Dr. Harrison and his surgery associates confine their surgical practice exclusively to children with special interest in fetal surgery, in repair of complex birth defects involving the chest, lung, abdomen, bowel, and bladder, and surgical care of children from birth through adolescence. Dr. Harrison and his associates, The Bay Area Pediatric Surgeons, do consultations and provide surgical care at Moffitt/Long Hospitals UCSF, California Pacific Medical Center, and Kaiser Permanente, San Francisco.

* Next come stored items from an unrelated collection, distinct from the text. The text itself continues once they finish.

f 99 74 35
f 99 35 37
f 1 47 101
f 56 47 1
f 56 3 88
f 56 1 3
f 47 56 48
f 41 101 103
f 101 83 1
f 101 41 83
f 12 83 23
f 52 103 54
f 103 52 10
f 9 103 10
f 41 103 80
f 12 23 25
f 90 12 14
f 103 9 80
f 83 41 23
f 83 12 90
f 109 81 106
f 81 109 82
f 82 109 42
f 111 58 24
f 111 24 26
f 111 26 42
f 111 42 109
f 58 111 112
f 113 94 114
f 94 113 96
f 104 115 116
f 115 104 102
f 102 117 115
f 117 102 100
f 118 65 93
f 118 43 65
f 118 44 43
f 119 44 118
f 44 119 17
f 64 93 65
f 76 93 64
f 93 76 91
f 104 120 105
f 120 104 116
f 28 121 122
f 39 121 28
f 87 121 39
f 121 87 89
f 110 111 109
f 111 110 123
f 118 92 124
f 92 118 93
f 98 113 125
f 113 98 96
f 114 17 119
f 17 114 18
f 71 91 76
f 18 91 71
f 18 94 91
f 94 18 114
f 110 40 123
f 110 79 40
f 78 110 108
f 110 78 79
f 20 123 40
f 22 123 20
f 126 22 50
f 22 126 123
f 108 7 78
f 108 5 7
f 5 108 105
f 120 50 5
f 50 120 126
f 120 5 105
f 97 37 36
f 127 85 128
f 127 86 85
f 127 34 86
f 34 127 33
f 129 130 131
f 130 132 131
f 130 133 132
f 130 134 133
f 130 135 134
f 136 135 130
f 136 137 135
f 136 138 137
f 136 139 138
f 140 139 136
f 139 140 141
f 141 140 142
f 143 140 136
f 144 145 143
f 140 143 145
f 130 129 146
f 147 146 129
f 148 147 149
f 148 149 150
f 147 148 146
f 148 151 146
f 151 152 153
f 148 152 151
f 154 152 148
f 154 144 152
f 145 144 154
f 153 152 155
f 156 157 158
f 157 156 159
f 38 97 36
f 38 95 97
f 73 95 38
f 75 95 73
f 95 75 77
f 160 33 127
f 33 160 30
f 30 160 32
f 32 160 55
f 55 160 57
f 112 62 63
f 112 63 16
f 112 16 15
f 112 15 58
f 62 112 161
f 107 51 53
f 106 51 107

Dr. Harrison has a special interest in fetal surgery which he has pioneered with his colleagues at UCSF. For the past 18 years Dr. Harrison has studied the pathophysiology and natural history of a number of life-threatening fetal abnormalities including congenital diaphragmatic hernia, congenital cystic adenomatoid malformation of the lung, sacrococcygeal teratoma, fetal obstructive uropathy, and myelomeningocele. He has developed techniques for both in-utero open fetal surgery and endoscopic surgical repair (FETENDO Fetal Surgery)of many fetal abnormalities. In addition, Dr. Harrison's team has developed in-utero stem cell transplantation to treat immunodeficiencies, enzyme deficiencies, and hemoglobinopathies. Dr. Harrison leads the multidisciplinary UCSF Fetal Treatment Center Team that has developed an international reputation for treating complex birth defects before and after birth. (Referrals can be made to 1-800-RX-FETUS.)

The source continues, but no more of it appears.